:: ACTION ITEM ::
Wherever a line in the records contains the word "BuildSketch", return that line.

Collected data
▬▬▬

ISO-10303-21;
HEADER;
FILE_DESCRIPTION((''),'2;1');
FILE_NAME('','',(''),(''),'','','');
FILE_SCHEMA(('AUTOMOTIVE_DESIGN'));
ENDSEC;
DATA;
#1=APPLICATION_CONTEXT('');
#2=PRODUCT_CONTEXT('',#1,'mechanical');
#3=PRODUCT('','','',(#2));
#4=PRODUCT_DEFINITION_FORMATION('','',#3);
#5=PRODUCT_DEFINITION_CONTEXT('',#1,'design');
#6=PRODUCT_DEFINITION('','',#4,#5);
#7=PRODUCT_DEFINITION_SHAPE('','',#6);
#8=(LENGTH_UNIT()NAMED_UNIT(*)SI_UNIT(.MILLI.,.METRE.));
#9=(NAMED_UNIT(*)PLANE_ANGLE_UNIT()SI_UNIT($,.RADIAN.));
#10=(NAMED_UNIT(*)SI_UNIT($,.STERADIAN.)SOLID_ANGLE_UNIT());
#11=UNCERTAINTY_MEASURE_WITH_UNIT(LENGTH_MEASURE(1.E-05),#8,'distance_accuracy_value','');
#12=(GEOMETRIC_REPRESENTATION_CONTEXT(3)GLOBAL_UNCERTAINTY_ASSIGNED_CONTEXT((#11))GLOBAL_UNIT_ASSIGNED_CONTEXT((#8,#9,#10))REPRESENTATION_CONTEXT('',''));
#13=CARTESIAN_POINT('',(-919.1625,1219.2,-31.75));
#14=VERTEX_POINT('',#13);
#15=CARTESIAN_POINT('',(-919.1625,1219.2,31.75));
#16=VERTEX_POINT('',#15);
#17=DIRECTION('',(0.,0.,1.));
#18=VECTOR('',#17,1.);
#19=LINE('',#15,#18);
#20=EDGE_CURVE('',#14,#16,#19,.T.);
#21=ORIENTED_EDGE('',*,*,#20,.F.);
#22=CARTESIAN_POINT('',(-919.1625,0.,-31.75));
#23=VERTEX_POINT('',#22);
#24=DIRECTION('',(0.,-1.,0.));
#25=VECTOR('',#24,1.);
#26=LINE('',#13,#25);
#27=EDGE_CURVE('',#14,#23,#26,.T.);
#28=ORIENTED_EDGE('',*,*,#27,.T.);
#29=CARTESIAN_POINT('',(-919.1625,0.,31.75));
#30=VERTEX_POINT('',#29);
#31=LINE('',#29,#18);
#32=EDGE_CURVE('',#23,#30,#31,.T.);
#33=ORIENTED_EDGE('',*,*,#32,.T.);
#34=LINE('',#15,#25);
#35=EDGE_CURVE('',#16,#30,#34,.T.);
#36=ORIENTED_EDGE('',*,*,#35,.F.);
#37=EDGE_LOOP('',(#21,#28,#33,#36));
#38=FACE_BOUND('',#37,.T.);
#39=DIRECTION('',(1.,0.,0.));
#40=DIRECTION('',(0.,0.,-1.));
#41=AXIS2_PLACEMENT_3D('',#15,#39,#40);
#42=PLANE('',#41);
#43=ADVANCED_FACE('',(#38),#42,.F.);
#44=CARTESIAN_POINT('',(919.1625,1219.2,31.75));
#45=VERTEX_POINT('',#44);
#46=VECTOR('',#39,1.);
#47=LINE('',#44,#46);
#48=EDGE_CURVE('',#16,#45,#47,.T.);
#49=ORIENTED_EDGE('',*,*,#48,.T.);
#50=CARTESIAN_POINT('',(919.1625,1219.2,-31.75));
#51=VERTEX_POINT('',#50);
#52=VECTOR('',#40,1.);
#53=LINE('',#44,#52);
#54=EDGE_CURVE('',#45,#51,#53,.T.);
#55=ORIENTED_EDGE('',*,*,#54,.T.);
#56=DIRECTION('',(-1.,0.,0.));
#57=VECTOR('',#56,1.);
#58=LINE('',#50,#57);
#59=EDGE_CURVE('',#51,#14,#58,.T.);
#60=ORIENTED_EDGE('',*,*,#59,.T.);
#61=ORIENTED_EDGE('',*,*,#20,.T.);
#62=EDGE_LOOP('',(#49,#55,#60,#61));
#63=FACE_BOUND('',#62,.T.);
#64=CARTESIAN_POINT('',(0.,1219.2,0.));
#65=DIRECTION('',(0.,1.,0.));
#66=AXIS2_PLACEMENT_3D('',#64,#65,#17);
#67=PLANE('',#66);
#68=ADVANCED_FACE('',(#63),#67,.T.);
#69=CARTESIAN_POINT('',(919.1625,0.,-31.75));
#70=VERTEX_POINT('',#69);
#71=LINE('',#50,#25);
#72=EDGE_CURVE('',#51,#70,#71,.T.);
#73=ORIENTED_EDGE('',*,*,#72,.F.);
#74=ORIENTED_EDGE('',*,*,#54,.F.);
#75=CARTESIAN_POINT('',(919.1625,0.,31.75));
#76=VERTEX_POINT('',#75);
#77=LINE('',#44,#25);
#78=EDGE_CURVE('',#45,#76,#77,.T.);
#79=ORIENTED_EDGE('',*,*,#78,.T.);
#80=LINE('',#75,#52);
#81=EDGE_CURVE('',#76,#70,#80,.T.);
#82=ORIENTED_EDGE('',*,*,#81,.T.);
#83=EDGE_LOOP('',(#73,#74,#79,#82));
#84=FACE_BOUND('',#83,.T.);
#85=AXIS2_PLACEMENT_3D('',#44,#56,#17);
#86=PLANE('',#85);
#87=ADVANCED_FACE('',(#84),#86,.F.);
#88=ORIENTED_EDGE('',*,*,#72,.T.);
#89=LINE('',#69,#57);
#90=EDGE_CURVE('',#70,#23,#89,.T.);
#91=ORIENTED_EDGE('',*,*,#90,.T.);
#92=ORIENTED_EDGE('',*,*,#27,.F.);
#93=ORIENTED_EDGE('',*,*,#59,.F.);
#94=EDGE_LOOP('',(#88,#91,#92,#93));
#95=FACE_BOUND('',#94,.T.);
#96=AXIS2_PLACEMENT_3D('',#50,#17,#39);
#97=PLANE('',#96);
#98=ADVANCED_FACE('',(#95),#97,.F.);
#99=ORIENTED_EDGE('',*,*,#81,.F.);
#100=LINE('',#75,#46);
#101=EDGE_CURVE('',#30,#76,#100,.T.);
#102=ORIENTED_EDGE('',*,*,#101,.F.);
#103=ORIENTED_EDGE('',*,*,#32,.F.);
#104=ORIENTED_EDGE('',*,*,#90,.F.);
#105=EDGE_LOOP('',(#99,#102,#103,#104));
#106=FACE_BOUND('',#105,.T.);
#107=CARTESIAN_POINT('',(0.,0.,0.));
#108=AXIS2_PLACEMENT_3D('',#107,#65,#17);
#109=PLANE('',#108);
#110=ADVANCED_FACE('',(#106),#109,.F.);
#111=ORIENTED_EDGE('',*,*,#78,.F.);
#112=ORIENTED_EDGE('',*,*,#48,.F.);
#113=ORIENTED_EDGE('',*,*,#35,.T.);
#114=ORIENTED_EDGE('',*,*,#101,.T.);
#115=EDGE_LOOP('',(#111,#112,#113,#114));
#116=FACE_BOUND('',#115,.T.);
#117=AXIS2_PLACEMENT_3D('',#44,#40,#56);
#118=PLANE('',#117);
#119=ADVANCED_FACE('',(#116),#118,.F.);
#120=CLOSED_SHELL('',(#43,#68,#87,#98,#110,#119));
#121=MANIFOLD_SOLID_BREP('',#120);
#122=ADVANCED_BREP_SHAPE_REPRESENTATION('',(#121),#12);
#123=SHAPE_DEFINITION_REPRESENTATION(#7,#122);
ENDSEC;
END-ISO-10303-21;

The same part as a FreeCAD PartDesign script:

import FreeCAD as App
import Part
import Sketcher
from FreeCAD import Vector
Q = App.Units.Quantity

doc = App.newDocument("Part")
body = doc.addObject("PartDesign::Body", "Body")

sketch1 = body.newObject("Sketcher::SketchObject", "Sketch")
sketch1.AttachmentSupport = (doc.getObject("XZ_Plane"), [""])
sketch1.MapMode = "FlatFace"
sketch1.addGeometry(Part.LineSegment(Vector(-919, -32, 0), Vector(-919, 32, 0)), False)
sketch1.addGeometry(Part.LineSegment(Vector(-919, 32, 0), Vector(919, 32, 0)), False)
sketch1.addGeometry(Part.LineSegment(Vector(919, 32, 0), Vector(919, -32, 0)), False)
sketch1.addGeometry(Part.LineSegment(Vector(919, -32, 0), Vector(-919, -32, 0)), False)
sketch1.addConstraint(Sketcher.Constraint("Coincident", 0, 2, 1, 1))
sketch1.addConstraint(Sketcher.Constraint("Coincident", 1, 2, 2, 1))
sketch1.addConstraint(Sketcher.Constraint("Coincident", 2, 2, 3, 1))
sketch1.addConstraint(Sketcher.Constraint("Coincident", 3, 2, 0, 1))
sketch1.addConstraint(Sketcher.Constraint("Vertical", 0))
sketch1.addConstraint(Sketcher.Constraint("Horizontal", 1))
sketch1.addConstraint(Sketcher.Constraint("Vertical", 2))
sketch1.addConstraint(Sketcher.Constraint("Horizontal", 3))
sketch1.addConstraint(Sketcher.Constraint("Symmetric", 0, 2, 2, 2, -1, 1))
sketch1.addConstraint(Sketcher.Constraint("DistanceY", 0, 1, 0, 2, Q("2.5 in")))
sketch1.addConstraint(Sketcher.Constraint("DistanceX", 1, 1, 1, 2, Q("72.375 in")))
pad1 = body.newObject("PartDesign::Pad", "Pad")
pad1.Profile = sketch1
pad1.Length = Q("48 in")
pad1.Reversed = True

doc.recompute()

▬▬▬

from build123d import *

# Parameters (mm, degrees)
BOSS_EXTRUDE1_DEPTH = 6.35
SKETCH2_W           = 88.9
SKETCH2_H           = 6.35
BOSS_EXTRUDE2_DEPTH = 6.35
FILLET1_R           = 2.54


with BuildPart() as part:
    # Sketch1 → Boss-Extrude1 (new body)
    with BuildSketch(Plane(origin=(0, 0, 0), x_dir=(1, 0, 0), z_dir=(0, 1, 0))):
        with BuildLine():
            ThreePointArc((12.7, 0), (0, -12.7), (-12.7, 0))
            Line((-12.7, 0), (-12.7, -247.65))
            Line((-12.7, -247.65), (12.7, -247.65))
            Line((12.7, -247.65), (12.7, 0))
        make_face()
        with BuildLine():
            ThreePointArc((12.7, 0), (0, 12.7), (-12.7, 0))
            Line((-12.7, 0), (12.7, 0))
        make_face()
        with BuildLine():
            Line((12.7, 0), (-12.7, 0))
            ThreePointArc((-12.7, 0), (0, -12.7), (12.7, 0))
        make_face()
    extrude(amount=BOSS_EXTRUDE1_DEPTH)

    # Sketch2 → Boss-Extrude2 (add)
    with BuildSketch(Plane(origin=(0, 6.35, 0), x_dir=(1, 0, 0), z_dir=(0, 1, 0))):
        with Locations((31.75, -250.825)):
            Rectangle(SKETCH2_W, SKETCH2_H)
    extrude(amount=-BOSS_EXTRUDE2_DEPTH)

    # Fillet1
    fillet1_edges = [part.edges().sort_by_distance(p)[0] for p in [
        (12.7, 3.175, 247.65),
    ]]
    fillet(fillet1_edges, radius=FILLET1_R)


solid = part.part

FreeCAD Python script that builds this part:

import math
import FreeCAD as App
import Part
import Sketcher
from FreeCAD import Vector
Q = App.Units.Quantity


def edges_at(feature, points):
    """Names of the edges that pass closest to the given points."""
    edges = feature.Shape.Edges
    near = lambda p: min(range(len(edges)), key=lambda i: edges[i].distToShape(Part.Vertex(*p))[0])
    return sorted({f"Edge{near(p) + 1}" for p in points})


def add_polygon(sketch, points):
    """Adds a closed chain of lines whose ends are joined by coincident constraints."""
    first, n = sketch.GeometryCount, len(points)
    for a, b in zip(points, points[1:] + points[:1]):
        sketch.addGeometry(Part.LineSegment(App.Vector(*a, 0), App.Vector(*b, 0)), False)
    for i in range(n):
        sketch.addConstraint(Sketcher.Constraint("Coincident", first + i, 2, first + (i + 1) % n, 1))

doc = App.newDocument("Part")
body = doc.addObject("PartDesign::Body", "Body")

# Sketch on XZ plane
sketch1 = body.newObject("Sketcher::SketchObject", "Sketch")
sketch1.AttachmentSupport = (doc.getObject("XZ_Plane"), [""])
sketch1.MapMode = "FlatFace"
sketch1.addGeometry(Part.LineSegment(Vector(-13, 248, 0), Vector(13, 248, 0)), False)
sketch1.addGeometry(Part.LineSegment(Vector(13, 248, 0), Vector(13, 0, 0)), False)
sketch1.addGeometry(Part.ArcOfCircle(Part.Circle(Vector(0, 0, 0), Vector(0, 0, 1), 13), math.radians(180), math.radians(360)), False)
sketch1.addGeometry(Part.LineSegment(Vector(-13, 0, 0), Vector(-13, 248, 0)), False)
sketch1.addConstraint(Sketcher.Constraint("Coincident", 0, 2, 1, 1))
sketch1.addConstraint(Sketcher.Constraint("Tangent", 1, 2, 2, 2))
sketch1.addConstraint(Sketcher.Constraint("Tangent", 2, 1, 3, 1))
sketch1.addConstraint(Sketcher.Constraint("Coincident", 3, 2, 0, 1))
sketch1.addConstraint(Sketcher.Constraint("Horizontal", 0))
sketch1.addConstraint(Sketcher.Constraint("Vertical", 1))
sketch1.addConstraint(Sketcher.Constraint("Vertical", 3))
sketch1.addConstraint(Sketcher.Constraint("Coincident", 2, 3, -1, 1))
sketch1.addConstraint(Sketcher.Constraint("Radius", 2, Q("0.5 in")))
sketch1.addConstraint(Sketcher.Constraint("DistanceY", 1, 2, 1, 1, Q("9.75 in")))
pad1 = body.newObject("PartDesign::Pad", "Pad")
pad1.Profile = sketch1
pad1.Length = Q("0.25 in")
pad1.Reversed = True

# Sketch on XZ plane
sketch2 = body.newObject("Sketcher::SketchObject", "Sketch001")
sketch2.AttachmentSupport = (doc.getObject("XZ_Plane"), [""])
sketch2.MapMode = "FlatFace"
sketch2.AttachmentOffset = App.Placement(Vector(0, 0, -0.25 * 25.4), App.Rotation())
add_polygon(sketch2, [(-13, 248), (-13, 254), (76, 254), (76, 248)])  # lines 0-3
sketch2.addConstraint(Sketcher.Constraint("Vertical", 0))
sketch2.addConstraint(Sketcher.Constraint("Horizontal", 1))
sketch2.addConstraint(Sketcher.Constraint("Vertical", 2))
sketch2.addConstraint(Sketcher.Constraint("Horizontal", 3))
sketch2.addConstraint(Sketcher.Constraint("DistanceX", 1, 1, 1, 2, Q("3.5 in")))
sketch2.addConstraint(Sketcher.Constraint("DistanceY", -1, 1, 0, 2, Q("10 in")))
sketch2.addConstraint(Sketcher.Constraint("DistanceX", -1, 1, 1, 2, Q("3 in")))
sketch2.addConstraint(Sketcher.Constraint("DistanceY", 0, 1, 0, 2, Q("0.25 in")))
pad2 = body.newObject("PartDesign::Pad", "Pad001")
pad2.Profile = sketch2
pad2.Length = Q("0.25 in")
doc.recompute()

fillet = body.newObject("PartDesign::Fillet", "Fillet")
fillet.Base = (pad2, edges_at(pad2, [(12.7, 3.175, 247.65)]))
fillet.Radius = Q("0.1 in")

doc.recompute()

▬▬▬

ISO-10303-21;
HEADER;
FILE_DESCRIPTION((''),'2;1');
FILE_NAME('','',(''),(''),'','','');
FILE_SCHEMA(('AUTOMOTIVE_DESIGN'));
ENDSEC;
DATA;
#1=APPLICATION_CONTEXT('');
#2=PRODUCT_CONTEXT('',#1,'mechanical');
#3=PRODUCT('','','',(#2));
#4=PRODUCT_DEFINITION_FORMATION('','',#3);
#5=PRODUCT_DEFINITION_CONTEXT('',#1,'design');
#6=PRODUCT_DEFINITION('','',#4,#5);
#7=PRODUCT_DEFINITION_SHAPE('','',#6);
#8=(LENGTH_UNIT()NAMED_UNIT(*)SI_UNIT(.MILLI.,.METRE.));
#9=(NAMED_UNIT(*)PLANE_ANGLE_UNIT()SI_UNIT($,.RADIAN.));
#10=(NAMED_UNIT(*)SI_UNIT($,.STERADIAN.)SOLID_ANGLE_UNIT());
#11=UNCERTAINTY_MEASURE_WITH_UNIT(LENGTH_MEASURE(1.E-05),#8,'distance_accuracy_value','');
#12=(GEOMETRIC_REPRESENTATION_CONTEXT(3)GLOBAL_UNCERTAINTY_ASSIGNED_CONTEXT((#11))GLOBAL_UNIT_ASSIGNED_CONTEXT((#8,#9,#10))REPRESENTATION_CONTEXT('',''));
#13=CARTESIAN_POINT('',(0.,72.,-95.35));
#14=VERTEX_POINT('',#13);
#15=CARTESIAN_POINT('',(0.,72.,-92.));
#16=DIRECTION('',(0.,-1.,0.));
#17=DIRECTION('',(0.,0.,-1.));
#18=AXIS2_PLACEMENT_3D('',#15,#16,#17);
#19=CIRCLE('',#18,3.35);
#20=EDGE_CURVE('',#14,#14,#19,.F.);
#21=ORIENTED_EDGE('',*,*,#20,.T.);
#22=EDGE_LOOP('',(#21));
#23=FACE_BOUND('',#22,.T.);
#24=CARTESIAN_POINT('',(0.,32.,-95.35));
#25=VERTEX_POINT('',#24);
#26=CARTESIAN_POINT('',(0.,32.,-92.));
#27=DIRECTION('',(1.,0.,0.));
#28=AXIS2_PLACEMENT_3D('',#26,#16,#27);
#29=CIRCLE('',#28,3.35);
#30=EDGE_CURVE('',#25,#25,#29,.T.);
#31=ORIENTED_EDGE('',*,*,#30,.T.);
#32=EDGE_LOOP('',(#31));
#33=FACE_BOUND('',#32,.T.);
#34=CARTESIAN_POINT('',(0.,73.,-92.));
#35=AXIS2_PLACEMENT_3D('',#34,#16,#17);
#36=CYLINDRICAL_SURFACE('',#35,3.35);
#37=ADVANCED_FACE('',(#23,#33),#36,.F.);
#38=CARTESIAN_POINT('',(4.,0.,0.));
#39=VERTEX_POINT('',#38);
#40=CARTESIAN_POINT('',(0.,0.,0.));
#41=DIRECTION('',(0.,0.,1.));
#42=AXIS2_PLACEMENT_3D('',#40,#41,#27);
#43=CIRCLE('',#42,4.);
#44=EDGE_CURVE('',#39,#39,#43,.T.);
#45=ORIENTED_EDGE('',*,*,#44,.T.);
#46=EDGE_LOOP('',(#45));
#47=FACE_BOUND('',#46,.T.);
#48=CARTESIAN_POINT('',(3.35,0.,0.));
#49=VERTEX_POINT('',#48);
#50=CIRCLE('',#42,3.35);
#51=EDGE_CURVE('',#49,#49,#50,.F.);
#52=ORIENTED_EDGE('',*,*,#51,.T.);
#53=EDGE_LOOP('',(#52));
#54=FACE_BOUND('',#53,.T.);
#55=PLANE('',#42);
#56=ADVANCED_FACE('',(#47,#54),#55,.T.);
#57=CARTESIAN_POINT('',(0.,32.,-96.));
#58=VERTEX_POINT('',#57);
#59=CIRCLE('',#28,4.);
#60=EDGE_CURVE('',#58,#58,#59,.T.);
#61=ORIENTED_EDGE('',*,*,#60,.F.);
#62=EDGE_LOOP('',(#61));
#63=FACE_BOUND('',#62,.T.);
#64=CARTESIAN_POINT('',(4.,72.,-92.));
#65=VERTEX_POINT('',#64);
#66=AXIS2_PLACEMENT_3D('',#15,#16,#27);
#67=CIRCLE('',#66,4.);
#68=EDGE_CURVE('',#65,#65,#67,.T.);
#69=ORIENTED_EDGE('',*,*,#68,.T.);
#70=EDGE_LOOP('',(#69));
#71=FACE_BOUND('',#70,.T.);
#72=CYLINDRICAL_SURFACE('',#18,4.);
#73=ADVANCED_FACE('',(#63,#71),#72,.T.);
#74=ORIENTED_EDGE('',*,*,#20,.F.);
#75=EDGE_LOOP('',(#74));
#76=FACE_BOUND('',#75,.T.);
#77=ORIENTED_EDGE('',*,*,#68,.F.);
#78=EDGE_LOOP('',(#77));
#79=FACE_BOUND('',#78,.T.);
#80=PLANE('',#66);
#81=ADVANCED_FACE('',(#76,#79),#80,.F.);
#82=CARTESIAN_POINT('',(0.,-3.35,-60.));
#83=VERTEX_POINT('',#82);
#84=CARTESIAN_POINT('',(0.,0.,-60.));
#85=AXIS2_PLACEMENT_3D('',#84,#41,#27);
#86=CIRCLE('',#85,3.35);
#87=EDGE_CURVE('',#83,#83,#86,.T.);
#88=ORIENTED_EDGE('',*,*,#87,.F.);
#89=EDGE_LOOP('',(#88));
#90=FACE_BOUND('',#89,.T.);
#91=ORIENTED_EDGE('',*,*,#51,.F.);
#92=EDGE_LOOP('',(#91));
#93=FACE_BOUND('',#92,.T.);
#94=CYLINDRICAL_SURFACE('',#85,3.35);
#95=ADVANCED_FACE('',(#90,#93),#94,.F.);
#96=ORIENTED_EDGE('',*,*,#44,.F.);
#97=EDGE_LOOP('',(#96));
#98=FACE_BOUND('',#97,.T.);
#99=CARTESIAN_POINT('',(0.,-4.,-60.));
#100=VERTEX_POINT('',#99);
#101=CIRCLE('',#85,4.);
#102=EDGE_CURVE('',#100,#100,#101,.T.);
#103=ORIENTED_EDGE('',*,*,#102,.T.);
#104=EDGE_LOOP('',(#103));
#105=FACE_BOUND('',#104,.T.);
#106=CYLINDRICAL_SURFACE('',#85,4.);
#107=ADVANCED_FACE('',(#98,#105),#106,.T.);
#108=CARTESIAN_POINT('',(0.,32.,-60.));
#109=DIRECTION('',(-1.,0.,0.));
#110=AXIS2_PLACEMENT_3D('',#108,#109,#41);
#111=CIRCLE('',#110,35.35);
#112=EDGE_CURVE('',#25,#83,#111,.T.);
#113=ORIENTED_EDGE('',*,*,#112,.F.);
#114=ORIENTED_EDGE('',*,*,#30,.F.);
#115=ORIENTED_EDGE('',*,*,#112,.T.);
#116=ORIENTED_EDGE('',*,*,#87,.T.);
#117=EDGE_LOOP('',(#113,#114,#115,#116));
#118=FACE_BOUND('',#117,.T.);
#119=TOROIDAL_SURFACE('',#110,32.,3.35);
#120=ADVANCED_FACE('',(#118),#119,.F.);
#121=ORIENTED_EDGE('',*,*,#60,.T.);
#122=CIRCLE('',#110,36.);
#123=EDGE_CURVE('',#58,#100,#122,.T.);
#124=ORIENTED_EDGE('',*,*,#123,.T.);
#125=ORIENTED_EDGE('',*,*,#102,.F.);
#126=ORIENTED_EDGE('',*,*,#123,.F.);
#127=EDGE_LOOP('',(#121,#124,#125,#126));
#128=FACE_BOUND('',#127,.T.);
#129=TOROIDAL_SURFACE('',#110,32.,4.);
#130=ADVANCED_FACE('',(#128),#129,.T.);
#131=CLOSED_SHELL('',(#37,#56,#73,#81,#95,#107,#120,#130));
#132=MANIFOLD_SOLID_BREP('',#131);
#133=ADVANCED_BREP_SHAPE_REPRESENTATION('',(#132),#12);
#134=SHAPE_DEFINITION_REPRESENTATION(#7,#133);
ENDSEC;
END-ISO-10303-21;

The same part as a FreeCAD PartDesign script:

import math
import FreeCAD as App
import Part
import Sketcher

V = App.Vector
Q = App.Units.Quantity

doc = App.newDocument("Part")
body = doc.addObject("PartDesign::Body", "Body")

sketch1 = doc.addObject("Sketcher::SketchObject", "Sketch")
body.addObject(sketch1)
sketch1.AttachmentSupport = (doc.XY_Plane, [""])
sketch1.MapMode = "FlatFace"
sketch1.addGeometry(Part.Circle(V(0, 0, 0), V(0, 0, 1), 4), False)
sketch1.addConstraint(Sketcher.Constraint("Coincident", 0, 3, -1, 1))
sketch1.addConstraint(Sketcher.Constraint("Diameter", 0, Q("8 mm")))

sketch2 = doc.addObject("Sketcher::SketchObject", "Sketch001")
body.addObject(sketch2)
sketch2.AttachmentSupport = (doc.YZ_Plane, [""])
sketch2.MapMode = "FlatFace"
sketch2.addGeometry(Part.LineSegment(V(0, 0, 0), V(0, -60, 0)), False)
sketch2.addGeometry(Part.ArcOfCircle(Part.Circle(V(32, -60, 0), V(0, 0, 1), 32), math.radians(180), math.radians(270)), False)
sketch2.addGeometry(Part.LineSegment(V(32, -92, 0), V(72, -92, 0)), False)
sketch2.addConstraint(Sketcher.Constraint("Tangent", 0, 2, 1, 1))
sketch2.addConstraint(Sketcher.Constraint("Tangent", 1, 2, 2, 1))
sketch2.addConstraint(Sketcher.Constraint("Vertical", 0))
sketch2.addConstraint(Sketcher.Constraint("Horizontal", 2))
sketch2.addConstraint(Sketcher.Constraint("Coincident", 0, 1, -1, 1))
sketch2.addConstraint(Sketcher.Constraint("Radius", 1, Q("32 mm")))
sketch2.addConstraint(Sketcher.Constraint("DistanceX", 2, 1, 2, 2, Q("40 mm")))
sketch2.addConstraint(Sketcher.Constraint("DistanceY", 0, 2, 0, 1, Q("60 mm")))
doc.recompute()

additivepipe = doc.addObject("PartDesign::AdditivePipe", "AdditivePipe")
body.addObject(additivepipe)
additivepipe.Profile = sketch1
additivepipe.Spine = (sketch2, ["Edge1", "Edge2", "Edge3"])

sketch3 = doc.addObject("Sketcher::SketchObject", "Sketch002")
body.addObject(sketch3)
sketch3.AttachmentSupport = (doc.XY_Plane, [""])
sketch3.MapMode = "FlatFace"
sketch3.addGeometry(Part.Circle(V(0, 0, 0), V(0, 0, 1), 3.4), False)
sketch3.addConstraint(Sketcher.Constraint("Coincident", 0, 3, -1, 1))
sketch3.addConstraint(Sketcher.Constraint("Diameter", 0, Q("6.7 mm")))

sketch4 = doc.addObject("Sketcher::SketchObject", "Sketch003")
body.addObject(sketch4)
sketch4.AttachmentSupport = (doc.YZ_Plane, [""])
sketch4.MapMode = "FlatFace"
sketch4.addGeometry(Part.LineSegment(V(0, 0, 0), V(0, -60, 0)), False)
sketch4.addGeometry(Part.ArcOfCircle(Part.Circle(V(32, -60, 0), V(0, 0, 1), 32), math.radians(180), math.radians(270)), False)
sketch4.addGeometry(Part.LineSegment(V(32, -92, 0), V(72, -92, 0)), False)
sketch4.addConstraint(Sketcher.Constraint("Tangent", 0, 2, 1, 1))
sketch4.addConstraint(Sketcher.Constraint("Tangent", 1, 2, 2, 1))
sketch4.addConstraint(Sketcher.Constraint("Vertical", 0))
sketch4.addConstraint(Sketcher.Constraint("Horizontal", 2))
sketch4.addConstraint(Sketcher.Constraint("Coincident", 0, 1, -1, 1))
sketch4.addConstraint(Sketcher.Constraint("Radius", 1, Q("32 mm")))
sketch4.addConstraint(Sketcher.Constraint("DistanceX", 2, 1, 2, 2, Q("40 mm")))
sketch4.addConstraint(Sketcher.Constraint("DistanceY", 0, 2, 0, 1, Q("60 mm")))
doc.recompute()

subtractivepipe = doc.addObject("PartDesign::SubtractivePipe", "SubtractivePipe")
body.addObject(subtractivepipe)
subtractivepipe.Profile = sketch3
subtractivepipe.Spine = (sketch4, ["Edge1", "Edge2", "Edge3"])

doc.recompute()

▬▬▬

:: WRITTEN SOLUTION ::
    with BuildSketch(Plane(origin=(0, 0, 0), x_dir=(1, 0, 0), z_dir=(0, 1, 0))):
    with BuildSketch(Plane(origin=(0, 6.35, 0), x_dir=(1, 0, 0), z_dir=(0, 1, 0))):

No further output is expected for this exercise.